For example, configure a [notification policy](ref:notification-policies) that matches `alertname="ServerHighCPU"` with the following children policies:
- `severity=critical` → escalate to an incident response and management solution (IRM).
- `severity=warning` → send to the team's Slack channel.
- `severity=minor` → send to a non-urgent queue or log-only dashboard.
The resulting alerting flow might look like this:
| Time | $B query | Alert instance | Routed to |
| :--- | :------- | :------------------------------------------------- | :------------------- |
| t1 | 65 | `{alertname="ServerHighCPU", severity="none"}` | `Not firing` |
| t2 | 75 | `{alertname="ServerHighCPU", severity="minor"}` | Non-urgent queue |
| t3 | 85 | `{alertname="ServerHighCPU", severity="warning"}` | Team Slack channel |
| t4 | 95 | `{alertname="ServerHighCPU", severity="critical"}` | IRM escalation chain |
This alerting setup allows you to:
- Use a single rule for multiple severity levels.

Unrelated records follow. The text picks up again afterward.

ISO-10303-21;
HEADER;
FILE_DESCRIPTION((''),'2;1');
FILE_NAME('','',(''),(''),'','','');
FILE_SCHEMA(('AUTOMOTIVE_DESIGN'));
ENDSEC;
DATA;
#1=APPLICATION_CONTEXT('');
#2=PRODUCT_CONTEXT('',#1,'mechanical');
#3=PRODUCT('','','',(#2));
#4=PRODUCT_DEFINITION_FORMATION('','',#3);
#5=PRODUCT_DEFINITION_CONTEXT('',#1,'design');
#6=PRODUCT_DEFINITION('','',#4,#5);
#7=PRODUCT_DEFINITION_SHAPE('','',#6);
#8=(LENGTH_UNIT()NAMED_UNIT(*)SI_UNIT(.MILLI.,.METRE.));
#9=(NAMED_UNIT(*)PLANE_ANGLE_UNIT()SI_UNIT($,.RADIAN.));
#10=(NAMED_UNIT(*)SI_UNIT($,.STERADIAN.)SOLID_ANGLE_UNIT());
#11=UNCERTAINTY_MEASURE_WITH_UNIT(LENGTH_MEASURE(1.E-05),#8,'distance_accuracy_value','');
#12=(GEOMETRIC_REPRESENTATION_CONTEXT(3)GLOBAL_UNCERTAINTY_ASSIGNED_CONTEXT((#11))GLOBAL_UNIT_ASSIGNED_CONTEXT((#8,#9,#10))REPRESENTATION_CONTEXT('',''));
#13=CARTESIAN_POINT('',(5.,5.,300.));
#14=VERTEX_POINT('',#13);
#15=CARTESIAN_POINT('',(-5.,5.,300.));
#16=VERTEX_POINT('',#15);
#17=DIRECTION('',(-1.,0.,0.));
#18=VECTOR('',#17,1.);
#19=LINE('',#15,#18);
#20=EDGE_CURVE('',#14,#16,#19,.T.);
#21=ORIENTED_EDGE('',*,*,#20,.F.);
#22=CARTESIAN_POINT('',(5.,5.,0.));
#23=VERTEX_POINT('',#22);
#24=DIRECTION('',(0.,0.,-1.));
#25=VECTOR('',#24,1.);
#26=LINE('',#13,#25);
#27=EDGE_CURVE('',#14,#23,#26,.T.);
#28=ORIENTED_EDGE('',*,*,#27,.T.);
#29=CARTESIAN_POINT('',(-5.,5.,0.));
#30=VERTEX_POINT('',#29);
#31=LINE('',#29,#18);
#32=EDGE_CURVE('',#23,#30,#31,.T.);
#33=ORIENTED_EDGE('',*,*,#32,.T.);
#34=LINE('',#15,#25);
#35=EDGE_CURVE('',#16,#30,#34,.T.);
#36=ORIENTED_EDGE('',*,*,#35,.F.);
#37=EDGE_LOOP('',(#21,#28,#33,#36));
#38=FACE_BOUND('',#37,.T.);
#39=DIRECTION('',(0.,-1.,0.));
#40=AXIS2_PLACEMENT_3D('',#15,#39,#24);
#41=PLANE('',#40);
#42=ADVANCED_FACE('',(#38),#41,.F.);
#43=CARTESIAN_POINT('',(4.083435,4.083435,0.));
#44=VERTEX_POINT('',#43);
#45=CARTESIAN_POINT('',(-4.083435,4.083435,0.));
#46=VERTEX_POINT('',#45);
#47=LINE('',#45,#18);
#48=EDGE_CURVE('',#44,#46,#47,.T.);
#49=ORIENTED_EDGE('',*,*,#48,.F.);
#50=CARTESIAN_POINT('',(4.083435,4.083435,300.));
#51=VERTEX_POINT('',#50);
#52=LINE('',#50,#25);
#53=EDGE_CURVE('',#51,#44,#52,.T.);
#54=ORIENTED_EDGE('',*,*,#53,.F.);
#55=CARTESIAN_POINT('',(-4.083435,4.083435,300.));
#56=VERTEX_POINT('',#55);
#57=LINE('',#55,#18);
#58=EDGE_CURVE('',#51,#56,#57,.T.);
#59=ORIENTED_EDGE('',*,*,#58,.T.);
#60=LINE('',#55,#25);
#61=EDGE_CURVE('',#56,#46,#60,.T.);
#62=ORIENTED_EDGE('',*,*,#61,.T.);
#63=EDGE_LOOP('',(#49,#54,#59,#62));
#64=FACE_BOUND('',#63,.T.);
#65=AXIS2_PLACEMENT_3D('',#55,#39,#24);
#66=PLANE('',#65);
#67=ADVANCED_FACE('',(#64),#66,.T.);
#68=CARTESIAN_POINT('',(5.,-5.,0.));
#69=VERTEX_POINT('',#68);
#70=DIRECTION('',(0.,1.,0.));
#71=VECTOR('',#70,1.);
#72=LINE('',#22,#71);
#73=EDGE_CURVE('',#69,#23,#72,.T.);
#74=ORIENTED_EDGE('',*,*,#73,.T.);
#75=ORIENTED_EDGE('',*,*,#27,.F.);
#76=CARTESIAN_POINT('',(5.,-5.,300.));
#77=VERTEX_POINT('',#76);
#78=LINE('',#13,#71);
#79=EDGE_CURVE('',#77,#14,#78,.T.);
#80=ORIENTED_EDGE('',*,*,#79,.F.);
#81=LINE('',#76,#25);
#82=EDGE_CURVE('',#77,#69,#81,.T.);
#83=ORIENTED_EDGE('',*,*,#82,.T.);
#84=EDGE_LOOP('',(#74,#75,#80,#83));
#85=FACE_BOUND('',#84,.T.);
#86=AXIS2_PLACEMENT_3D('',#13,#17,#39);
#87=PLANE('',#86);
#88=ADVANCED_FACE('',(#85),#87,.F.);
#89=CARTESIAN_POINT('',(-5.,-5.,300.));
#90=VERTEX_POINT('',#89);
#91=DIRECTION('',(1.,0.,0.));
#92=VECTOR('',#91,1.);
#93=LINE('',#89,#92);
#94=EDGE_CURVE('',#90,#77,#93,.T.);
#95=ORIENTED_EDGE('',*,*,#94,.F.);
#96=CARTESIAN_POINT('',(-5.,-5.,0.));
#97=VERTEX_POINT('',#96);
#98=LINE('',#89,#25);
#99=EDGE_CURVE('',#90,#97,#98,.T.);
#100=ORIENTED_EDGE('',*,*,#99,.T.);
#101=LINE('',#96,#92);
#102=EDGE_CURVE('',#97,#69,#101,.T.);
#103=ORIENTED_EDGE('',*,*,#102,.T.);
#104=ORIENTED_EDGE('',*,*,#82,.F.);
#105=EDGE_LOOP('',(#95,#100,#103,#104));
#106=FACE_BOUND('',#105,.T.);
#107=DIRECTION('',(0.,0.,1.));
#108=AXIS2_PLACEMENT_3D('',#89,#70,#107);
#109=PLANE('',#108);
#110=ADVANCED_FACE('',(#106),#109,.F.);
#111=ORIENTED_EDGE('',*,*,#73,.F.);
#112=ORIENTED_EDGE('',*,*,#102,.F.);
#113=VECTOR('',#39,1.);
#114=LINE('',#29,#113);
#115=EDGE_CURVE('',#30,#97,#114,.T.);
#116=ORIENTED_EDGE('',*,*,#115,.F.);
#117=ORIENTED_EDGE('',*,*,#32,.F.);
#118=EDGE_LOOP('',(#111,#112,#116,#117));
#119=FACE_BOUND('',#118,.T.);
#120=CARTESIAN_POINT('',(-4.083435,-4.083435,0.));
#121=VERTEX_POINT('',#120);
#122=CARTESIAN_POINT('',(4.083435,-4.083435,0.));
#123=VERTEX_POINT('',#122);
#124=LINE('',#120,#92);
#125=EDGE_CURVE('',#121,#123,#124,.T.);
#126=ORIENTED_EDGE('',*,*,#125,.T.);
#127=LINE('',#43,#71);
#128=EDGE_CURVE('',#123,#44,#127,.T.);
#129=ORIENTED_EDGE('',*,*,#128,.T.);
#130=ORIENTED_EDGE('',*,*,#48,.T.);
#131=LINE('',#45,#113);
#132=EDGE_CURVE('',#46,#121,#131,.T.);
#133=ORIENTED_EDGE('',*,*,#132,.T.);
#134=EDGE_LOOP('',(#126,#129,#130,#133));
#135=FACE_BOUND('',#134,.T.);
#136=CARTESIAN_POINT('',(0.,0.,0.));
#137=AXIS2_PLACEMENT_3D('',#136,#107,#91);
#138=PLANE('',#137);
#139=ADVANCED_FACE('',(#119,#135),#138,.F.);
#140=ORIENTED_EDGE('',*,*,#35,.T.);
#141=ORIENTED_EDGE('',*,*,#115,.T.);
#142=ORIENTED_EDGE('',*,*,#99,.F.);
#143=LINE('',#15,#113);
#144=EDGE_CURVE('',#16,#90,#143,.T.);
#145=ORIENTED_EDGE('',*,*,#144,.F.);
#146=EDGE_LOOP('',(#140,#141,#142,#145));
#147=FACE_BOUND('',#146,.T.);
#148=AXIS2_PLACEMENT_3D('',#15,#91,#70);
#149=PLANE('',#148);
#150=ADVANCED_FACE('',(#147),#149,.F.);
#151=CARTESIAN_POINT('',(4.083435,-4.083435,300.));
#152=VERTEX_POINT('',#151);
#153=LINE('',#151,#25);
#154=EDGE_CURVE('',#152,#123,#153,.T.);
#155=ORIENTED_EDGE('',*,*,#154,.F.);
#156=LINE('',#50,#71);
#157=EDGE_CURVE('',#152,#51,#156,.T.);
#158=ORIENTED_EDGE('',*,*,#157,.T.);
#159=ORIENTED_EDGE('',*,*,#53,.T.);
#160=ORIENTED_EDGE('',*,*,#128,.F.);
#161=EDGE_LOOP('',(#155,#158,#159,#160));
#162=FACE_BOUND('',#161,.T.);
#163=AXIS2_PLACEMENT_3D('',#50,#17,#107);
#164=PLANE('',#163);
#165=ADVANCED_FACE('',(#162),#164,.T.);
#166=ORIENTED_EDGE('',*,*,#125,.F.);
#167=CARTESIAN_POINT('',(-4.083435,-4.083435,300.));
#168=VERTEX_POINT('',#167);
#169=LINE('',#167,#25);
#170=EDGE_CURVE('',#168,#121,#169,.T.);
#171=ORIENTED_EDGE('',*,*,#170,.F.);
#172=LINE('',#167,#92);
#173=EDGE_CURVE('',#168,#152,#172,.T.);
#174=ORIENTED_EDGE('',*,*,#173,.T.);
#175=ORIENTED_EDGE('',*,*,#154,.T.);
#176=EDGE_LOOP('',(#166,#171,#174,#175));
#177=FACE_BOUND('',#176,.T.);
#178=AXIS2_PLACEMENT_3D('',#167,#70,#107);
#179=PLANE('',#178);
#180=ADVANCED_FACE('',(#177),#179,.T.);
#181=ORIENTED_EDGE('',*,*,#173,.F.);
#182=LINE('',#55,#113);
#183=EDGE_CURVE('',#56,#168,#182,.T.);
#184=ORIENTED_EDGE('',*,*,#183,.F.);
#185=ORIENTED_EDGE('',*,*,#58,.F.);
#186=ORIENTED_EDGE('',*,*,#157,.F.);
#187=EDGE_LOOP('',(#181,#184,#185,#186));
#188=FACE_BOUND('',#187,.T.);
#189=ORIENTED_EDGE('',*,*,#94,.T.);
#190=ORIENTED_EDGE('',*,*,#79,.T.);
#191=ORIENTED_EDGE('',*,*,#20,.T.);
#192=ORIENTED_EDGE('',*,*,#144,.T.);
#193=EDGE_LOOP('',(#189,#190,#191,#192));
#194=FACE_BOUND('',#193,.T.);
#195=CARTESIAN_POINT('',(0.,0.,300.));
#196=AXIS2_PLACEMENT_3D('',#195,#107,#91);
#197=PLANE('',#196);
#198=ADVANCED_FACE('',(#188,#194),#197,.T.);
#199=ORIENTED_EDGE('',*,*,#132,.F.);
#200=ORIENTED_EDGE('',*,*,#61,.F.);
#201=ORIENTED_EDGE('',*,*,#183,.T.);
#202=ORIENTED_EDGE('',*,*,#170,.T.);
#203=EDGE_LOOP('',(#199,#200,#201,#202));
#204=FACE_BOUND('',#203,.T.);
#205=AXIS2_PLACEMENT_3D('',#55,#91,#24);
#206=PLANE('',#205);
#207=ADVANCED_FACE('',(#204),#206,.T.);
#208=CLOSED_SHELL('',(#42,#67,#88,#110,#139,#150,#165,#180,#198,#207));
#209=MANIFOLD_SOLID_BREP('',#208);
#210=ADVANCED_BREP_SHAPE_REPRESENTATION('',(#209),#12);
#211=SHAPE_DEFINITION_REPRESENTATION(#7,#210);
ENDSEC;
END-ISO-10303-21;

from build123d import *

# Parameters (mm, degrees)
SKETCH1_W           = 10
SKETCH1_H           = 10
SKETCH1_W_2         = 8.166870646
SKETCH1_H_2         = 8.166870646
BOSS_EXTRUDE1_DEPTH = 300


with BuildPart() as part:
    # Sketch1 → Boss-Extrude1 (new body)
    with BuildSketch(Plane.XY):
        Rectangle(SKETCH1_W, SKETCH1_H)
        Rectangle(SKETCH1_W_2, SKETCH1_H_2, mode=Mode.SUBTRACT)
    extrude(amount=BOSS_EXTRUDE1_DEPTH)


solid = part.part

- Route alerts dynamically using the label value.
- Simplify alert rule maintenance and avoid duplication.
However, dynamic labels can introduce unexpected behavior when label values change. The next section explains this.

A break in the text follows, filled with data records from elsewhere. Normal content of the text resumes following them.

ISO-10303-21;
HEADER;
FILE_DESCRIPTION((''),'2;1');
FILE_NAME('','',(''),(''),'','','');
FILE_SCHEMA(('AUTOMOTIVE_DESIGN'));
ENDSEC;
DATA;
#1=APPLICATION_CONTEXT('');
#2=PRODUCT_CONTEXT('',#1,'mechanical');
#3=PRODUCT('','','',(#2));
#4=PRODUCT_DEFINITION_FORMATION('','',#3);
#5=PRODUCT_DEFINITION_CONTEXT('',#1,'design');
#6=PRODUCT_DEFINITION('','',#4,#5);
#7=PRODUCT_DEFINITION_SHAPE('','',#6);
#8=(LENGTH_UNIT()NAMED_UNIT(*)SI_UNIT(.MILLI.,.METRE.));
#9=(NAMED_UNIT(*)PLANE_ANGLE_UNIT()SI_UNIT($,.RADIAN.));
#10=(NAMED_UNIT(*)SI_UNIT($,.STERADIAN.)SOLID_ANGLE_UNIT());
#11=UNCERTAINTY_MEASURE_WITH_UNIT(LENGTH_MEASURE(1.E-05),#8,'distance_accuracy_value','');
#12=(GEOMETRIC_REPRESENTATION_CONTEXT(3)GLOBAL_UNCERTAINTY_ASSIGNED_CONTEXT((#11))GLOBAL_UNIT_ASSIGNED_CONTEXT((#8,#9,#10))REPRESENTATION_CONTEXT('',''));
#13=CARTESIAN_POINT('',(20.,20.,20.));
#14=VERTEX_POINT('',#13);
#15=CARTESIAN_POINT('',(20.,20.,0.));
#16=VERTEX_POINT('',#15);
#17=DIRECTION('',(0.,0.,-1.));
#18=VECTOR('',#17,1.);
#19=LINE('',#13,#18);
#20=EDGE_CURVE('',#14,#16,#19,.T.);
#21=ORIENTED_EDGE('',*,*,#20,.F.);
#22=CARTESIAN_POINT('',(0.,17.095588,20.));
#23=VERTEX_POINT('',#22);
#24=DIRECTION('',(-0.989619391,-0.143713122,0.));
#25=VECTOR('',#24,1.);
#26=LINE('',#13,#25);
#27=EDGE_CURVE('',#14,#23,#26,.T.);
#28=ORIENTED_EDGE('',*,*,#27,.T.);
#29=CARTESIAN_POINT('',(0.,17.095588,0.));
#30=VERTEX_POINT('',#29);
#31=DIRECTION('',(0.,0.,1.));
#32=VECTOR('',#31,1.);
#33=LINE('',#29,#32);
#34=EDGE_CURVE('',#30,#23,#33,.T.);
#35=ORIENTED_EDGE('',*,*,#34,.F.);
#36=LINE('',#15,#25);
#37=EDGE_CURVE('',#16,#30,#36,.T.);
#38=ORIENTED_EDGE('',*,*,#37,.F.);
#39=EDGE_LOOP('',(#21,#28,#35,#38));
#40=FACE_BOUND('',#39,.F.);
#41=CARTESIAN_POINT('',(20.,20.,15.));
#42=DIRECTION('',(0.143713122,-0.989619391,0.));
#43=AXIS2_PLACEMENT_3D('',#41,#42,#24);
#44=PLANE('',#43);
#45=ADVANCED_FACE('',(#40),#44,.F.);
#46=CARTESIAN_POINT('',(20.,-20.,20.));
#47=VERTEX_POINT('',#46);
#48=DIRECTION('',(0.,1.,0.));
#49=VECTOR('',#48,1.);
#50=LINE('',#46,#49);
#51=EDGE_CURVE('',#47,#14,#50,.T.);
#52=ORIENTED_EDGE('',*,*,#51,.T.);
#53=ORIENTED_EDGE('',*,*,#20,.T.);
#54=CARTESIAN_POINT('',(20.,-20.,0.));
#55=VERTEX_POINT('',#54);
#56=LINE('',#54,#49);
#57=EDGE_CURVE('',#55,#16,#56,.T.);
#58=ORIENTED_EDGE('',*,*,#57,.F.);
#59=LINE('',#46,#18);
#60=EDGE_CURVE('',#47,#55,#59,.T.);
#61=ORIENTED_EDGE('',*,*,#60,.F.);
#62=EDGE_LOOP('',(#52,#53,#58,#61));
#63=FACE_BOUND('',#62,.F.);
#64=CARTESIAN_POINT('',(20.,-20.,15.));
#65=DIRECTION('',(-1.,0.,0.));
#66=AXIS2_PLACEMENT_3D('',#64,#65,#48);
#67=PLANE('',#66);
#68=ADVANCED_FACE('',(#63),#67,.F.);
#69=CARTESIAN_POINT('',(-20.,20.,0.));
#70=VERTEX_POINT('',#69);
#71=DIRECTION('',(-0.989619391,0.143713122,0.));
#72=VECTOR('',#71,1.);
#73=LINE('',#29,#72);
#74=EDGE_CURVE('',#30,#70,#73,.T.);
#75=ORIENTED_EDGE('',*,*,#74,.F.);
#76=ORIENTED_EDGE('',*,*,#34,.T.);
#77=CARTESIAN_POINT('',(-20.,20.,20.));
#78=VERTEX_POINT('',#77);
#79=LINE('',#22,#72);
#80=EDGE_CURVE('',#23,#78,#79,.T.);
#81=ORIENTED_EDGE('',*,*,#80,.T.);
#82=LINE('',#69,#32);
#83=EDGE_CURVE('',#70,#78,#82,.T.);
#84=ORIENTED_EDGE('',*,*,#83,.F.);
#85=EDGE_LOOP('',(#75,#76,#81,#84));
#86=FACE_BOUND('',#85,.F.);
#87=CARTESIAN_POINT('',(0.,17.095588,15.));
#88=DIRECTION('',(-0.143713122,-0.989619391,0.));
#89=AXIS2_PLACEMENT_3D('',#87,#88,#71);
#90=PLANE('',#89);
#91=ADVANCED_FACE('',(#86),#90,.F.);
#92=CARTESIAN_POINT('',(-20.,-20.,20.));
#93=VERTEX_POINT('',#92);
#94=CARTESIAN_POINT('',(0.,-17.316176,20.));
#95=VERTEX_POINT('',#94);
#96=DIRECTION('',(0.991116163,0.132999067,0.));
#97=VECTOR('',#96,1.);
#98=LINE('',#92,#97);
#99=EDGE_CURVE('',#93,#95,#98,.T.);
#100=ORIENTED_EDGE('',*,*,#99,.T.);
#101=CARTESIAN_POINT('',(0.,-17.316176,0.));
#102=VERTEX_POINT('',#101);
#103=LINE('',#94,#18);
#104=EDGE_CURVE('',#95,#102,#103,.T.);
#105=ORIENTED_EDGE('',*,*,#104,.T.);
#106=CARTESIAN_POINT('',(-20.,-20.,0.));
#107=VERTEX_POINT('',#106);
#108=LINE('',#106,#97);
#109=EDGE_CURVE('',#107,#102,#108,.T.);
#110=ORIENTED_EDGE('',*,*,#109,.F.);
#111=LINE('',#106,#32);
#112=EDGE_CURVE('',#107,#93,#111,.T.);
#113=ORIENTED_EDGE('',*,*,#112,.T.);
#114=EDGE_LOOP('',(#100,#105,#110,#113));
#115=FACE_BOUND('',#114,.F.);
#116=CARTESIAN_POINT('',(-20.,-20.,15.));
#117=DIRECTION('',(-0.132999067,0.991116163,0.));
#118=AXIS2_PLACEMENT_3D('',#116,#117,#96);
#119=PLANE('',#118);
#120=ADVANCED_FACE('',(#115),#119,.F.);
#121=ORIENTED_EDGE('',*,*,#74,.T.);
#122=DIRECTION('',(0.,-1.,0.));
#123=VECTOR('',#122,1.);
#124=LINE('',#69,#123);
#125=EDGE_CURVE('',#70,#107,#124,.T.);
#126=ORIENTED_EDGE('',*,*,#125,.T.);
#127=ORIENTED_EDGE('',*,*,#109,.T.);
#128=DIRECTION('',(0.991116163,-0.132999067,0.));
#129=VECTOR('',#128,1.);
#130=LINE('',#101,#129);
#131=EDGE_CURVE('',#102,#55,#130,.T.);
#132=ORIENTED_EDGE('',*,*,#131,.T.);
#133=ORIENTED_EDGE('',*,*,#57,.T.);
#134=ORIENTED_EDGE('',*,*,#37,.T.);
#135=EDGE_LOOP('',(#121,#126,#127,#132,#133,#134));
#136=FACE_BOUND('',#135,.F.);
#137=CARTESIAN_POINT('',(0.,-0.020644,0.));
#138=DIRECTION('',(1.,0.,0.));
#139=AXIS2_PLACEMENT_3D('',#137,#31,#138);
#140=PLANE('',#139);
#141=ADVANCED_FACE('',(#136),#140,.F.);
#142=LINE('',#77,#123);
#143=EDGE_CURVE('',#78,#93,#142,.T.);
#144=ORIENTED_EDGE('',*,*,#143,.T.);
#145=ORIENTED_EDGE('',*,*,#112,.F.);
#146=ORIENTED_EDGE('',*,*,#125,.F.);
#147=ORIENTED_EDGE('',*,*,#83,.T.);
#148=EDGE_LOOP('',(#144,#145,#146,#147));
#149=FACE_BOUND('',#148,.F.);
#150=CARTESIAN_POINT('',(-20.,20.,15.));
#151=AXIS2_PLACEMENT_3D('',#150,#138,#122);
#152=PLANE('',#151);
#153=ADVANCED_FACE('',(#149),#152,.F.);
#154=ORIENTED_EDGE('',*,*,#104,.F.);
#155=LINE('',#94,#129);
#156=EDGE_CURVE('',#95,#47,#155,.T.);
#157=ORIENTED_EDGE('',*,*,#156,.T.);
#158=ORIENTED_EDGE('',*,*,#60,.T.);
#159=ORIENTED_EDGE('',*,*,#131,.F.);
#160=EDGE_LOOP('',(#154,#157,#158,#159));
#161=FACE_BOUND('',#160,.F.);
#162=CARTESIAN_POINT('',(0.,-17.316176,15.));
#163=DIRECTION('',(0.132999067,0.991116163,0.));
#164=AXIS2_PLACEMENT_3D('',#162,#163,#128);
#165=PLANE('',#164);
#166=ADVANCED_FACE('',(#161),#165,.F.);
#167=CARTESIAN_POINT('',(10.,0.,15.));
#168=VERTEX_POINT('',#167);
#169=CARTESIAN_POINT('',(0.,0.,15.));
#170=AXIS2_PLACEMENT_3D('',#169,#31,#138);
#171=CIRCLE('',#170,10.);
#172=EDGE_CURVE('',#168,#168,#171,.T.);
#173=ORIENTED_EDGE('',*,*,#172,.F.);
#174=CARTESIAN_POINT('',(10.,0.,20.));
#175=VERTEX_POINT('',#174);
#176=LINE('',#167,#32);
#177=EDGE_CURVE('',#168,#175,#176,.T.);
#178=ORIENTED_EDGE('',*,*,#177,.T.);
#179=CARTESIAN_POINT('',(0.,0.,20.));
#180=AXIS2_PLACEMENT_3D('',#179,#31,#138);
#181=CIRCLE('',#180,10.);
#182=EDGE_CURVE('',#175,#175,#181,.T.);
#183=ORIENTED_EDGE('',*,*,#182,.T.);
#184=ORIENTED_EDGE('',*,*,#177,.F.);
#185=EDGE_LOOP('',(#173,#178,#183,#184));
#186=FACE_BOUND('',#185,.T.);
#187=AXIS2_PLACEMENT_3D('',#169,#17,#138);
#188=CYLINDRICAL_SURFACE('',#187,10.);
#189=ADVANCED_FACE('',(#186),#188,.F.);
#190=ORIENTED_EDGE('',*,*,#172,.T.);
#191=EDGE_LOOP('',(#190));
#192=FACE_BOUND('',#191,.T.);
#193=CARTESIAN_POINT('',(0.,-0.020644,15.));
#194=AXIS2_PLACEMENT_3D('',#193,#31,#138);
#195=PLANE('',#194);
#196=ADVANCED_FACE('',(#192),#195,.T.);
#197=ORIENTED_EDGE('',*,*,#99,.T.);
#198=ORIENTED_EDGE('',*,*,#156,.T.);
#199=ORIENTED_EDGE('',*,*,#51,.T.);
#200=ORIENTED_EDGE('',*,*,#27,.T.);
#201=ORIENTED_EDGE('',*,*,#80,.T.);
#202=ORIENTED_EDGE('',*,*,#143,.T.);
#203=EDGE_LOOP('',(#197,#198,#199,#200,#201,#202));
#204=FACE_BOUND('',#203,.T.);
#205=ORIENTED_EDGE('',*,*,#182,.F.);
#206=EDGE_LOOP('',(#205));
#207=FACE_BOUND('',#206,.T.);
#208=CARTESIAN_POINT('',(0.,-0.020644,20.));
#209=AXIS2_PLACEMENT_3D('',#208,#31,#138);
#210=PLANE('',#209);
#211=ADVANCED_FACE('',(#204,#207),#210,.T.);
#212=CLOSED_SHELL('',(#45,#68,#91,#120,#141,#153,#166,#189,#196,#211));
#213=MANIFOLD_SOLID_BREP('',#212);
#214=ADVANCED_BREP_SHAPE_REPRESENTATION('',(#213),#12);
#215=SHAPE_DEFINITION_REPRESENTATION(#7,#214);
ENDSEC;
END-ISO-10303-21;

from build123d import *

# Parameters (mm, degrees)
F1_DEPTH = 15
F2_R     = 10
F3_DEPTH = 5


with BuildPart() as f1:
    # F0 (on Top) → F1 (new body)
    with BuildSketch(Plane.XY):
        Polygon((-20, 20), (-20, 0), (-20, -20), (0, -17.316176), (20, -20), (20, 20), (0, 17.095588), align=None)
    extrude(amount=F1_DEPTH)

    # F2 (on face) → F3 (join)
    with BuildSketch(Plane.XY.offset(15)):
        Polygon((20, 20), (0, 17.095588), (-20, 20), (-20, -20), (0, -17.316176), (20, -20), align=None)
        Circle(F2_R, mode=Mode.SUBTRACT)
    extrude(amount=F3_DEPTH)


solid = f1.part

## Caveat: a label change affects a distinct alert instance
Remember: **alert instances are defined by their labels**.
If a dynamic label changes between evaluations, this new value affects a separate alert instance.
Here's what happens if `severity` changes from `minor` to `warning`:
1. The instance with `severity="minor"` disappears → it becomes a missing series.
1. A new instance with `severity="warning"` appears → it starts from scratch.
1. After two evaluations without data, the `minor` instance is **resolved and evicted**.
Here’s a sequence example:
| Time | Query value | Instance `severity="none"` | Instance `severity="minor"` | Instance `severity="warning"` |
| :--- | :---------- | :------------------------- | :-------------------------- | :---------------------------- |
| t0 | | | | |
| t1 | 75 | | 🔴 📩 | |
| t2 | 85 | | ⚠ MissingSeries | 🔴 📩 |
| t3 | 85 | | ⚠ MissingSeries | 🔴 |
| t4 | 50 | 🟢 | 📩 Resolved and evicted | ⚠ MissingSeries |
| t5 | 50 | 🟢 | | ⚠ MissingSeries |
| t6 | 50 | 🟢 | | 📩 Resolved and evicted |
Learn more about this behavior in [Stale alert instances](ref:stale-alert-instances).
In this example, the `minor` and `warning` alerts likely represent the same underlying issue, but Grafana treats them as distinct alert instances. As a result, this scenario generates two firing notifications and two resolved notifications, one for each instance.
This behavior is important to keep in mind when dynamic label values change frequently.
It can lead to multiple notifications firing and resolving in short intervals, resulting in **noisy and confusing notifications**.
## Try it with TestData
You can replicate this scenario using the [TestData data source](ref:testdata-data-source) to simulate an unstable signal—like monitoring a noisy sensor.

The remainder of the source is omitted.